At time t4, the S1 signal changes from low level to high level due to the S5 signal etc. from the thermostat, relay R1 is turned on, and therefore the compressor is also turned on, but the operation at this time is at time t.

is the same as , so it will be omitted.

Next, let us consider a case where the compressor continues to be on and regular defrosting begins at time t1o.

Time t□. When the signal S6 from the de-icer issues a defrost command and S6 is changed from a low level to a high level, the compressor is turned on just before time tlo, so the S1 signal is at a high level, so the output S3 signal of the AND circuit A4 is at a low level. (The output Q signal of the timer circuit T16 is at a low level at time t and thereafter).

Since the NOT circuit N9 causes one input of the AND circuit A6 to be at a high level, the output signal S4 depends on the S6 signal from the de-icer.

While the S6 signal is at a high level from time tlo to tll, S
4 signal is also at a high level, relay R2 is turned on, and the four-way valve, outdoor fan motor, etc. are controlled to the operation mode necessary for the defrosting state.

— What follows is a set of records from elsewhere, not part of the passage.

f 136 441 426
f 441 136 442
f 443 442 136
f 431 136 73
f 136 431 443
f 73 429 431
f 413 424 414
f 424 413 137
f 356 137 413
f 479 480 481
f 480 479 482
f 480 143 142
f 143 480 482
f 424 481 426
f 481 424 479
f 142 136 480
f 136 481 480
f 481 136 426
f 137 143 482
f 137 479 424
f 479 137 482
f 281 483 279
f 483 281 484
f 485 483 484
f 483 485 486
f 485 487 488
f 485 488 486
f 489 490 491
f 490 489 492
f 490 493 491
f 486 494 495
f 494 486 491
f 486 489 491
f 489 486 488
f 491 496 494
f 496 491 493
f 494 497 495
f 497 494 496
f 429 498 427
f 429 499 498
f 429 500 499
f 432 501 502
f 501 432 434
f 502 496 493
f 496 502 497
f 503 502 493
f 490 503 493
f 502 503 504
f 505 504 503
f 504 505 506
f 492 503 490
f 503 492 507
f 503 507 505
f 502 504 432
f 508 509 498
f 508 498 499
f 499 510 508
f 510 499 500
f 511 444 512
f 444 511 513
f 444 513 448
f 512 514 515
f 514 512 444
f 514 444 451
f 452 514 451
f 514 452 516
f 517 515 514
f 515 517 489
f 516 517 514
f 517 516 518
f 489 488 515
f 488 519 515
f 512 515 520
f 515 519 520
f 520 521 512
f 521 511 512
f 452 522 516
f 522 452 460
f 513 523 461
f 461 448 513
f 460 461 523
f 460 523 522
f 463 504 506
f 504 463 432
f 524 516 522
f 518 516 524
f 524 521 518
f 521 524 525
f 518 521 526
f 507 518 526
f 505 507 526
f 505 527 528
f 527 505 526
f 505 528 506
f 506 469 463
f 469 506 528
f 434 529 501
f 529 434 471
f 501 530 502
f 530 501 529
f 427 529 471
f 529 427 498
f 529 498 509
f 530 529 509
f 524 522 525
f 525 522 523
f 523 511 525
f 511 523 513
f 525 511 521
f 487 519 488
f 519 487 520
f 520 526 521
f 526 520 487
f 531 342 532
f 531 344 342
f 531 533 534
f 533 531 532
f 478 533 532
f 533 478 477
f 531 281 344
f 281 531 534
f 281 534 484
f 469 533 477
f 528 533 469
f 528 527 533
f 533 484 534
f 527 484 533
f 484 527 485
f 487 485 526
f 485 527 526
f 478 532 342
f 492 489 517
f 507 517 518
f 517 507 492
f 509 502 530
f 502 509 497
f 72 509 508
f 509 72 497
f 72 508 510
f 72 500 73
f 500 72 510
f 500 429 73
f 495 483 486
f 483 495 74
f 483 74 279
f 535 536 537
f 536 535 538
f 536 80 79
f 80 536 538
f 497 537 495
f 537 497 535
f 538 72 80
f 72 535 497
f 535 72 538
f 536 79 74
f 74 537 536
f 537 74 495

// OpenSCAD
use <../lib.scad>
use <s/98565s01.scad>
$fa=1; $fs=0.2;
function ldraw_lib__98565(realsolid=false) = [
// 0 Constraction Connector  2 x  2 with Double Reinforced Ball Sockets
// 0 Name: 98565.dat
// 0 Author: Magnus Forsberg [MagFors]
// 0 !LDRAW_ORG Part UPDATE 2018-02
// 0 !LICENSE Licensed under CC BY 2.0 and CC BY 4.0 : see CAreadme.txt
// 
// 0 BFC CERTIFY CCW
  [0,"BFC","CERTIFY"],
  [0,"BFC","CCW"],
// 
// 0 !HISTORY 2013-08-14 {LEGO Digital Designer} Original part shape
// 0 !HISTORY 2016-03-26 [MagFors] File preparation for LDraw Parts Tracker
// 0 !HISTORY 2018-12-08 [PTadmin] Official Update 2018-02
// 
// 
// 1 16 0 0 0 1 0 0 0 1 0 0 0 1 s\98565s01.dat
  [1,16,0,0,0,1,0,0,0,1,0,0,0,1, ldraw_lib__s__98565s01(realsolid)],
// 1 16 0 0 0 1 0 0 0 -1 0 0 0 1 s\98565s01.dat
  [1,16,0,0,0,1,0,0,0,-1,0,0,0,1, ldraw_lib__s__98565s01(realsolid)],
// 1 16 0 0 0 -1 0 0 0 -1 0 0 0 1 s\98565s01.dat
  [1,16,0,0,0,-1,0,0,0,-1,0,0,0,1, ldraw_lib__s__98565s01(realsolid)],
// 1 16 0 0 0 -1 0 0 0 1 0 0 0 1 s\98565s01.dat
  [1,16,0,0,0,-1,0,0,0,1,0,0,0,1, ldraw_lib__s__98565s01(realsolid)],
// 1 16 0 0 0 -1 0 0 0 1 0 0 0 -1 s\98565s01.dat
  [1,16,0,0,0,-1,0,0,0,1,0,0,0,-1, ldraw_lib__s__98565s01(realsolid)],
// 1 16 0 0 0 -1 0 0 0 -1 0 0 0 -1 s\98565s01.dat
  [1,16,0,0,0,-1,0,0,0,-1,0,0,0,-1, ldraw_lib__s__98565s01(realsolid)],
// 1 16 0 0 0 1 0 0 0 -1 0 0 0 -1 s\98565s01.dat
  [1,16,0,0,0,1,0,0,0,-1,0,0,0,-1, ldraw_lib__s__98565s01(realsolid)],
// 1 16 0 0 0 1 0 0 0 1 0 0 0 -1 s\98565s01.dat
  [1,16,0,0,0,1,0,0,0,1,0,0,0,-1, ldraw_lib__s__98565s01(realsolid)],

When the S6 signal changes from high level to low level at time t1□, the S4 signal also changes from high level to low level, and relay R2
is turned off and released from the defrosted state, that is, the cooling cycle, and switches to normal heat pump operation, that is, the heating cycle.

As described above, in the present invention, the restart prevention timer and the defrost malfunction prevention timer are automatically selected and obtained from one timer circuit T16 according to the switching of the compressor on and off.
It has the feature that it can be constructed at low cost.

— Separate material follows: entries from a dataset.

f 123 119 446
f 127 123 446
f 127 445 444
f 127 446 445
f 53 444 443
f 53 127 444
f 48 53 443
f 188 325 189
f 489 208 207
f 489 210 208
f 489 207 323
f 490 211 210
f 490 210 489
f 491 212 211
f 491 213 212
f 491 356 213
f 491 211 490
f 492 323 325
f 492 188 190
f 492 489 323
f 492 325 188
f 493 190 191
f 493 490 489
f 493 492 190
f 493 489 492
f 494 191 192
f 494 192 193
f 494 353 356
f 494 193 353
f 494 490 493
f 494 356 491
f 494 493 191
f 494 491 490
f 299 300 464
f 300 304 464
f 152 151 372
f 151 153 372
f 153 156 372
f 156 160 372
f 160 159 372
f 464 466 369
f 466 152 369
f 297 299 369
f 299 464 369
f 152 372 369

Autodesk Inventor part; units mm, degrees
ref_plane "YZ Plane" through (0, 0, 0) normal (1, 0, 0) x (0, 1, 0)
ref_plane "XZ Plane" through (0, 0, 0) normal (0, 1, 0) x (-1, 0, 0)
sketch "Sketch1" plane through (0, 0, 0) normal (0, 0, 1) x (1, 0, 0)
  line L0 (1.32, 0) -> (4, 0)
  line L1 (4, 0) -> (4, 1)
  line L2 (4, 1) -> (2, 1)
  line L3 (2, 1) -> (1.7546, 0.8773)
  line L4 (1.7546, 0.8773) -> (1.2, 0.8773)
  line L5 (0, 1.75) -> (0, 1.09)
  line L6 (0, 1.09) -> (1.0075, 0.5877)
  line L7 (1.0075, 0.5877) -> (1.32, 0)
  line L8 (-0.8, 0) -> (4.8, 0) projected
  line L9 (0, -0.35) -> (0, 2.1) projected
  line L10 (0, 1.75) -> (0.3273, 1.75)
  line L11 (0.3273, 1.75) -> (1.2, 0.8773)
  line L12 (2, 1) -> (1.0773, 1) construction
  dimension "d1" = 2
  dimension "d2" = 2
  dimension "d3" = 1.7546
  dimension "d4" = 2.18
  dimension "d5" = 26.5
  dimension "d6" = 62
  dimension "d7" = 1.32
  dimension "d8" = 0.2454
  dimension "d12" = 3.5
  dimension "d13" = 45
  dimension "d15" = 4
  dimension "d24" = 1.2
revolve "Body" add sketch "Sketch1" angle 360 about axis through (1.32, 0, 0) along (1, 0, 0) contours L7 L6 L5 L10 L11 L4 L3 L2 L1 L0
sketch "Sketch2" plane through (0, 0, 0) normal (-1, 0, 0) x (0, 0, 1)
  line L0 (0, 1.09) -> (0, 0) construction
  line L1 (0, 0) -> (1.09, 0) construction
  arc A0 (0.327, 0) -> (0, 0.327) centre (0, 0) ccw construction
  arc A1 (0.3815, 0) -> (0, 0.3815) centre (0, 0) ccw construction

This circuit is especially suitable for a case where a thermostat or a de-iser is all electronic, and the present invention is highly practical as it protects the compressor and improves comfort.

In addition, T in Figure 1. If =To' is sufficient, the flip-flop circuit F17 can be omitted.

[Brief explanation of drawings]

FIG. 1 is an explanatory diagram of the operation of a circuit according to one embodiment of the present invention, and FIG. 2 is a circuit diagram of a second embodiment of the present invention. In the figure, R1 is a compressor control relay, R2 is a defrost control relay, A3 to A6 are AND circuits, N7 to N9 are negative circuits, 01o and 01□ are OR circuits, D12 to D15 are differential circuits, and T16 is a timer circuit. , F1□ are flip-flop paths.

Claims (1)

[Scope of utility model registration request] In a refrigeration air conditioner, the switching from off to on of the compressor is detected and the output is HIGH for a certain period of time (To'). I'o) first means for producing a HIGH output, and logic between the output from the first means and the inverted signal of the compressor operating state; the inverted signal of the AND output; and the output signal from the temperature sensing device; a second means for controlling the compressor drive relay according to the product signal; and a logic of the inverted signal of the AND output of the output from the first means and the compressor operating state signal and the output signal from the defroster detection device. and third means for controlling a defroster circuit relay using the product signal.